EXERCISE
Using the material below, print the line that contains "#78=EDGE_CURVE('',#73,#34,#77,.T.);", the line that contains "#118=EDGE_LOOP('',(#117));", and every line in between, exactly and nothing else.

::: SUPPLIED INFORMATION

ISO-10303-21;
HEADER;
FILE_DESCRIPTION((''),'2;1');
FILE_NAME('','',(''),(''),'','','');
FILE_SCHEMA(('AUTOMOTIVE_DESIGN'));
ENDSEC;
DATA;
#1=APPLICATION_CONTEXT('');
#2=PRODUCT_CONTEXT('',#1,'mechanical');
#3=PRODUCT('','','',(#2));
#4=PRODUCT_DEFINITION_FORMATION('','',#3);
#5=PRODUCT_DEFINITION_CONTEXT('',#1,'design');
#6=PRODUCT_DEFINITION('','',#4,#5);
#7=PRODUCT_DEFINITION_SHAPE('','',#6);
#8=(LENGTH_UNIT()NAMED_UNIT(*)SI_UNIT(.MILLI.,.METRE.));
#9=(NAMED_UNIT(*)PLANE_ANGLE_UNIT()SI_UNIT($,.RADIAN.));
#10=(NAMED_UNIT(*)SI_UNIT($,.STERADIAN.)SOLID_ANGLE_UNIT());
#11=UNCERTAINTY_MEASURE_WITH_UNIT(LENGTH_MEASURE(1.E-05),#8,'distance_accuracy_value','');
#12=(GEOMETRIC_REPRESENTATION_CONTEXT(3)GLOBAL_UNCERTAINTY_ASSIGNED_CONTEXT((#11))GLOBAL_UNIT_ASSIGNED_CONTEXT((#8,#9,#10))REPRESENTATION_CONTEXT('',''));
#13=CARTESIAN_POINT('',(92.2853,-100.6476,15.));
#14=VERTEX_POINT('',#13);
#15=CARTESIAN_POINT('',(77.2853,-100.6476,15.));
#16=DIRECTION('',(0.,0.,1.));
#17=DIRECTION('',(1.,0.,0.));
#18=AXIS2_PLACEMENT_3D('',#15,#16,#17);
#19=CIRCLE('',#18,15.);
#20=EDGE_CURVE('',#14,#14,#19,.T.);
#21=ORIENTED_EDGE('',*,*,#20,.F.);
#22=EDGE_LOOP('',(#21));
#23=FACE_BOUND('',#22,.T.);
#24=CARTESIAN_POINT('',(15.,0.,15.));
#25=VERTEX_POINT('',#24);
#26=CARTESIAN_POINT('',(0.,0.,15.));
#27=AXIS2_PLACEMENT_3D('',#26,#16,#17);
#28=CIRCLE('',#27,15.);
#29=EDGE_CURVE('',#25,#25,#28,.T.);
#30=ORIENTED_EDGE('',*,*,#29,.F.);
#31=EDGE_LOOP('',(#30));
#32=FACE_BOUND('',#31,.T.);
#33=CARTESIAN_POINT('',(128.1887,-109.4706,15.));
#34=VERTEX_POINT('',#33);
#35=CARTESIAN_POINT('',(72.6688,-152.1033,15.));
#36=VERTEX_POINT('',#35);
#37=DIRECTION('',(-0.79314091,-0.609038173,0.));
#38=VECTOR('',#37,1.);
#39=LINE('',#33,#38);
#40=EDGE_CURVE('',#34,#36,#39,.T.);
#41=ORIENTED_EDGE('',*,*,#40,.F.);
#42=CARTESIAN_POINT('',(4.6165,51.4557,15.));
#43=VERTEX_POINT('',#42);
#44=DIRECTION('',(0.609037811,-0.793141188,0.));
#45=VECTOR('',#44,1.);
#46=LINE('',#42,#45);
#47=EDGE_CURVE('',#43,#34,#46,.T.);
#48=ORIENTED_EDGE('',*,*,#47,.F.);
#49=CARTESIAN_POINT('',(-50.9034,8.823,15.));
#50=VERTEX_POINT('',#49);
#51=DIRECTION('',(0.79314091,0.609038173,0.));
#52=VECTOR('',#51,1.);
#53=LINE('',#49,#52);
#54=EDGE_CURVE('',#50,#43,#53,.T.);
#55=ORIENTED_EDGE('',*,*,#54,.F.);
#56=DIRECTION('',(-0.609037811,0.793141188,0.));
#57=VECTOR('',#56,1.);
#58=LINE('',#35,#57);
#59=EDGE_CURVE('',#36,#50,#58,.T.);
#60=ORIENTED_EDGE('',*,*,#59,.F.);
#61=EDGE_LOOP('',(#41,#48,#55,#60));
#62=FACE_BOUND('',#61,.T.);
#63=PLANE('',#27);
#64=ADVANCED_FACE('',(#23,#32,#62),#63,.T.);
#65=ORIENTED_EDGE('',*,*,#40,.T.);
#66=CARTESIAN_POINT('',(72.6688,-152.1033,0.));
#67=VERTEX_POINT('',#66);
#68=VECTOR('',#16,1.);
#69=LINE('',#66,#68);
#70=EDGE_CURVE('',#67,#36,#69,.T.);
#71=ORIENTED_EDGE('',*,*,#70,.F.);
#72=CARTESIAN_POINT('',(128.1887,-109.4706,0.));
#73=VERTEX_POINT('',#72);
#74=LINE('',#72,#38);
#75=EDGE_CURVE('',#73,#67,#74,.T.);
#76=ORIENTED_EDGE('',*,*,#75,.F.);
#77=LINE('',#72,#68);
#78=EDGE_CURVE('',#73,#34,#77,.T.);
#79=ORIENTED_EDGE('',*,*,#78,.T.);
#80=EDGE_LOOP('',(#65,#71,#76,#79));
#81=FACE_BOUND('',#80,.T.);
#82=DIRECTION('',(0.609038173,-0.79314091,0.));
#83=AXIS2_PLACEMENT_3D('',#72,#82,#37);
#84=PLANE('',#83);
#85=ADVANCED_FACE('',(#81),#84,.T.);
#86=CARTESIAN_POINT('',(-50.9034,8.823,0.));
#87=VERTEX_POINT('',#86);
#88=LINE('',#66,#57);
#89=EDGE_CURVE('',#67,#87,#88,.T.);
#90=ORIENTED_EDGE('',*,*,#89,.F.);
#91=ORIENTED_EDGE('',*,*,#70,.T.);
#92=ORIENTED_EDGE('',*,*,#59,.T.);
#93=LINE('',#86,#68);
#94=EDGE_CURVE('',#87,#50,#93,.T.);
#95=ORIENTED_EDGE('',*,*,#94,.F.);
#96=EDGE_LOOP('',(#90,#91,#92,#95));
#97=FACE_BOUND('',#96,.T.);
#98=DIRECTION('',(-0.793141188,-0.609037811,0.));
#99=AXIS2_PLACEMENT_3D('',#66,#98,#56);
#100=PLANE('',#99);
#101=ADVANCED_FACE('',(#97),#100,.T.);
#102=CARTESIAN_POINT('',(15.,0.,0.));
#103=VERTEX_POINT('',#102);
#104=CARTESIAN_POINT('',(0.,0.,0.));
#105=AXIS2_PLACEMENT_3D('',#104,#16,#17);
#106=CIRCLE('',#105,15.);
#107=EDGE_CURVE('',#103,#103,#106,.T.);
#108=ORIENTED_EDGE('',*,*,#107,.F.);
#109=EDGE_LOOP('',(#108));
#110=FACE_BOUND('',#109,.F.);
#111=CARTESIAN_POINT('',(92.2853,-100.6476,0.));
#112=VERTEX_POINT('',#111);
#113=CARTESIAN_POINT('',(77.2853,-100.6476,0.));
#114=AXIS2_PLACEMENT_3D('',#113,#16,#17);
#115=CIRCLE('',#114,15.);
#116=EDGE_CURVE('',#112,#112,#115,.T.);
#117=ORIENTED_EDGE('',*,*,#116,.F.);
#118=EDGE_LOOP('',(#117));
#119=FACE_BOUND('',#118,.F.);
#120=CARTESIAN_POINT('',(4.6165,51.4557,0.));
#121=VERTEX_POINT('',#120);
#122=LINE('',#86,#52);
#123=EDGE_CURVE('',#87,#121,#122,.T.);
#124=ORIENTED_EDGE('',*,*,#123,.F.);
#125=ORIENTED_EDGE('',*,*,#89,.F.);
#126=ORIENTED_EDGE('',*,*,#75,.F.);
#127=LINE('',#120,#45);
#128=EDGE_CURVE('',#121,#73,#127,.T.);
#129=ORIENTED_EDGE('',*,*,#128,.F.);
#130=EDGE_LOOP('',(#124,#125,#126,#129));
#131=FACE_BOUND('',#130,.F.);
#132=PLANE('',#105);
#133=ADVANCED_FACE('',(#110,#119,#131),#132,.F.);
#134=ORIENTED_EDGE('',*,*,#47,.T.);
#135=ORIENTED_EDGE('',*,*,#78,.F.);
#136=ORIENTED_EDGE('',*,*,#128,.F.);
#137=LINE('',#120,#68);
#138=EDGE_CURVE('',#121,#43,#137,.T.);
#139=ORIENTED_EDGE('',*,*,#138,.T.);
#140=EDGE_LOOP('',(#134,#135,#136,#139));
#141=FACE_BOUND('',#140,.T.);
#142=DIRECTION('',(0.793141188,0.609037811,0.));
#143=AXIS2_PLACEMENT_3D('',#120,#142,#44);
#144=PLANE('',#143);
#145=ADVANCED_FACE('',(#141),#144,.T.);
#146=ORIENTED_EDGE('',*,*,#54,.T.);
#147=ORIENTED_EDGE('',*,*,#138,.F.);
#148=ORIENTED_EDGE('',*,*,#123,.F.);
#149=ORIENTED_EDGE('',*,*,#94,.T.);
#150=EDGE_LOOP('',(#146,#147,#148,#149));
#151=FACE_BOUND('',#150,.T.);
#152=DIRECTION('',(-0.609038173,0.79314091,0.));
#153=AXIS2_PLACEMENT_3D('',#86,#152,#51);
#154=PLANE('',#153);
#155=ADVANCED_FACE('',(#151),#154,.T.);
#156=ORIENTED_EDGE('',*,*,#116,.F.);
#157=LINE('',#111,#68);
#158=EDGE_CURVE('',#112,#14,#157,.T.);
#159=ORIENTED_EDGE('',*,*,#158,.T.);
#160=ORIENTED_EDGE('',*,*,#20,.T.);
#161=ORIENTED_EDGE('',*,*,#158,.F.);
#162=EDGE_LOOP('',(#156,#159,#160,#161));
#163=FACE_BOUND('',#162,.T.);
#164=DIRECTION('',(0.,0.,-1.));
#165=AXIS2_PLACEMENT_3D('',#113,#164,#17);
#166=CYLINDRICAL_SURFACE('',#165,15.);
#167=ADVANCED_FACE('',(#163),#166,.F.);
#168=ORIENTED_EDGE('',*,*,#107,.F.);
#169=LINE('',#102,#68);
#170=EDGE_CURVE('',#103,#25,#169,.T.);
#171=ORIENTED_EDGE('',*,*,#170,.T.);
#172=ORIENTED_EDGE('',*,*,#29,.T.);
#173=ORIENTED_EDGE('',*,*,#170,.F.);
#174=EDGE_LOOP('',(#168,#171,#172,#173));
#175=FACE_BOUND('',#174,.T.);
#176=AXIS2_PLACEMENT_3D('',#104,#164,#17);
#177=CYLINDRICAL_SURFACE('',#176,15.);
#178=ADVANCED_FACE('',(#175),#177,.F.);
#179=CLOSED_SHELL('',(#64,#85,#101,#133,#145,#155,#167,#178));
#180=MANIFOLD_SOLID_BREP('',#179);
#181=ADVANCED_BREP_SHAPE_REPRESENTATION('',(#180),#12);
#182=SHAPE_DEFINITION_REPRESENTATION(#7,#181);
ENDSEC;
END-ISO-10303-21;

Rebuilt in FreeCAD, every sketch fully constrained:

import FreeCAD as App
import Part
import Sketcher
Q = App.Units.Quantity

doc = App.newDocument("Part")
body = doc.addObject("PartDesign::Body", "Body")

# Sketch on XY plane
sketch1 = doc.addObject("Sketcher::SketchObject", "Sketch")
body.addObject(sketch1)
sketch1.AttachmentSupport = (doc.XY_Plane, [""])
sketch1.MapMode = "FlatFace"
sketch1.addGeometry([
    Part.LineSegment(App.Vector(5, 51, 0), App.Vector(-51, 9, 0)),  # 0
    Part.LineSegment(App.Vector(-51, 9, 0), App.Vector(73, -152, 0)),  # 1
    Part.LineSegment(App.Vector(73, -152, 0), App.Vector(128, -109, 0)),  # 2
    Part.LineSegment(App.Vector(128, -109, 0), App.Vector(5, 51, 0)),  # 3
    Part.Circle(App.Vector(77, -101, 0), App.Vector(0, 0, 1), 15),  # 4
    Part.Circle(App.Vector(0, 0, 0), App.Vector(0, 0, 1), 15),  # 5
], False)
sketch1.addConstraint([
    Sketcher.Constraint("Coincident", 0, 2, 1, 1),
    Sketcher.Constraint("Coincident", 1, 2, 2, 1),
    Sketcher.Constraint("Coincident", 2, 2, 3, 1),
    Sketcher.Constraint("Coincident", 3, 2, 0, 1),
    Sketcher.Constraint("Coincident", 5, 3, -1, 1),
    Sketcher.Constraint("Equal", 4, 5),
    Sketcher.Constraint("Perpendicular", 0, 1),
    Sketcher.Constraint("Perpendicular", 1, 2),
    Sketcher.Constraint("Perpendicular", 2, 3),
    Sketcher.Constraint("Diameter", 4, Q("30 mm")),
    Sketcher.Constraint("Distance", 0, Q("70 mm")),
    Sketcher.Constraint("Angle", 0, Q("-142.48 deg")),
    Sketcher.Constraint("DistanceY", -1, 1, 0, 2, Q("8.823 mm")),
    Sketcher.Constraint("DistanceY", 2, 2, 4, 3, Q("8.823 mm")),
    Sketcher.Constraint("DistanceX", 0, 2, 2, 2, Q("179.092 mm")),
    Sketcher.Constraint("DistanceX", -1, 1, 4, 3, Q("77.2853 mm")),
    Sketcher.Constraint("DistanceX", 0, 2, -1, 1, Q("50.9034 mm")),
])
pad1 = doc.addObject("PartDesign::Pad", "Pad")
body.addObject(pad1)
pad1.Profile = sketch1
pad1.Length = 15

doc.recompute()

::::::

ANSWER
#78=EDGE_CURVE('',#73,#34,#77,.T.);
#79=ORIENTED_EDGE('',*,*,#78,.T.);
#80=EDGE_LOOP('',(#65,#71,#76,#79));
#81=FACE_BOUND('',#80,.T.);
#82=DIRECTION('',(0.609038173,-0.79314091,0.));
#83=AXIS2_PLACEMENT_3D('',#72,#82,#37);
#84=PLANE('',#83);
#85=ADVANCED_FACE('',(#81),#84,.T.);
#86=CARTESIAN_POINT('',(-50.9034,8.823,0.));
#87=VERTEX_POINT('',#86);
#88=LINE('',#66,#57);
#89=EDGE_CURVE('',#67,#87,#88,.T.);
#90=ORIENTED_EDGE('',*,*,#89,.F.);
#91=ORIENTED_EDGE('',*,*,#70,.T.);
#92=ORIENTED_EDGE('',*,*,#59,.T.);
#93=LINE('',#86,#68);
#94=EDGE_CURVE('',#87,#50,#93,.T.);
#95=ORIENTED_EDGE('',*,*,#94,.F.);
#96=EDGE_LOOP('',(#90,#91,#92,#95));
#97=FACE_BOUND('',#96,.T.);
#98=DIRECTION('',(-0.793141188,-0.609037811,0.));
#99=AXIS2_PLACEMENT_3D('',#66,#98,#56);
#100=PLANE('',#99);
#101=ADVANCED_FACE('',(#97),#100,.T.);
#102=CARTESIAN_POINT('',(15.,0.,0.));
#103=VERTEX_POINT('',#102);
#104=CARTESIAN_POINT('',(0.,0.,0.));
#105=AXIS2_PLACEMENT_3D('',#104,#16,#17);
#106=CIRCLE('',#105,15.);
#107=EDGE_CURVE('',#103,#103,#106,.T.);
#108=ORIENTED_EDGE('',*,*,#107,.F.);
#109=EDGE_LOOP('',(#108));
#110=FACE_BOUND('',#109,.F.);
#111=CARTESIAN_POINT('',(92.2853,-100.6476,0.));
#112=VERTEX_POINT('',#111);
#113=CARTESIAN_POINT('',(77.2853,-100.6476,0.));
#114=AXIS2_PLACEMENT_3D('',#113,#16,#17);
#115=CIRCLE('',#114,15.);
#116=EDGE_CURVE('',#112,#112,#115,.T.);
#117=ORIENTED_EDGE('',*,*,#116,.F.);
#118=EDGE_LOOP('',(#117));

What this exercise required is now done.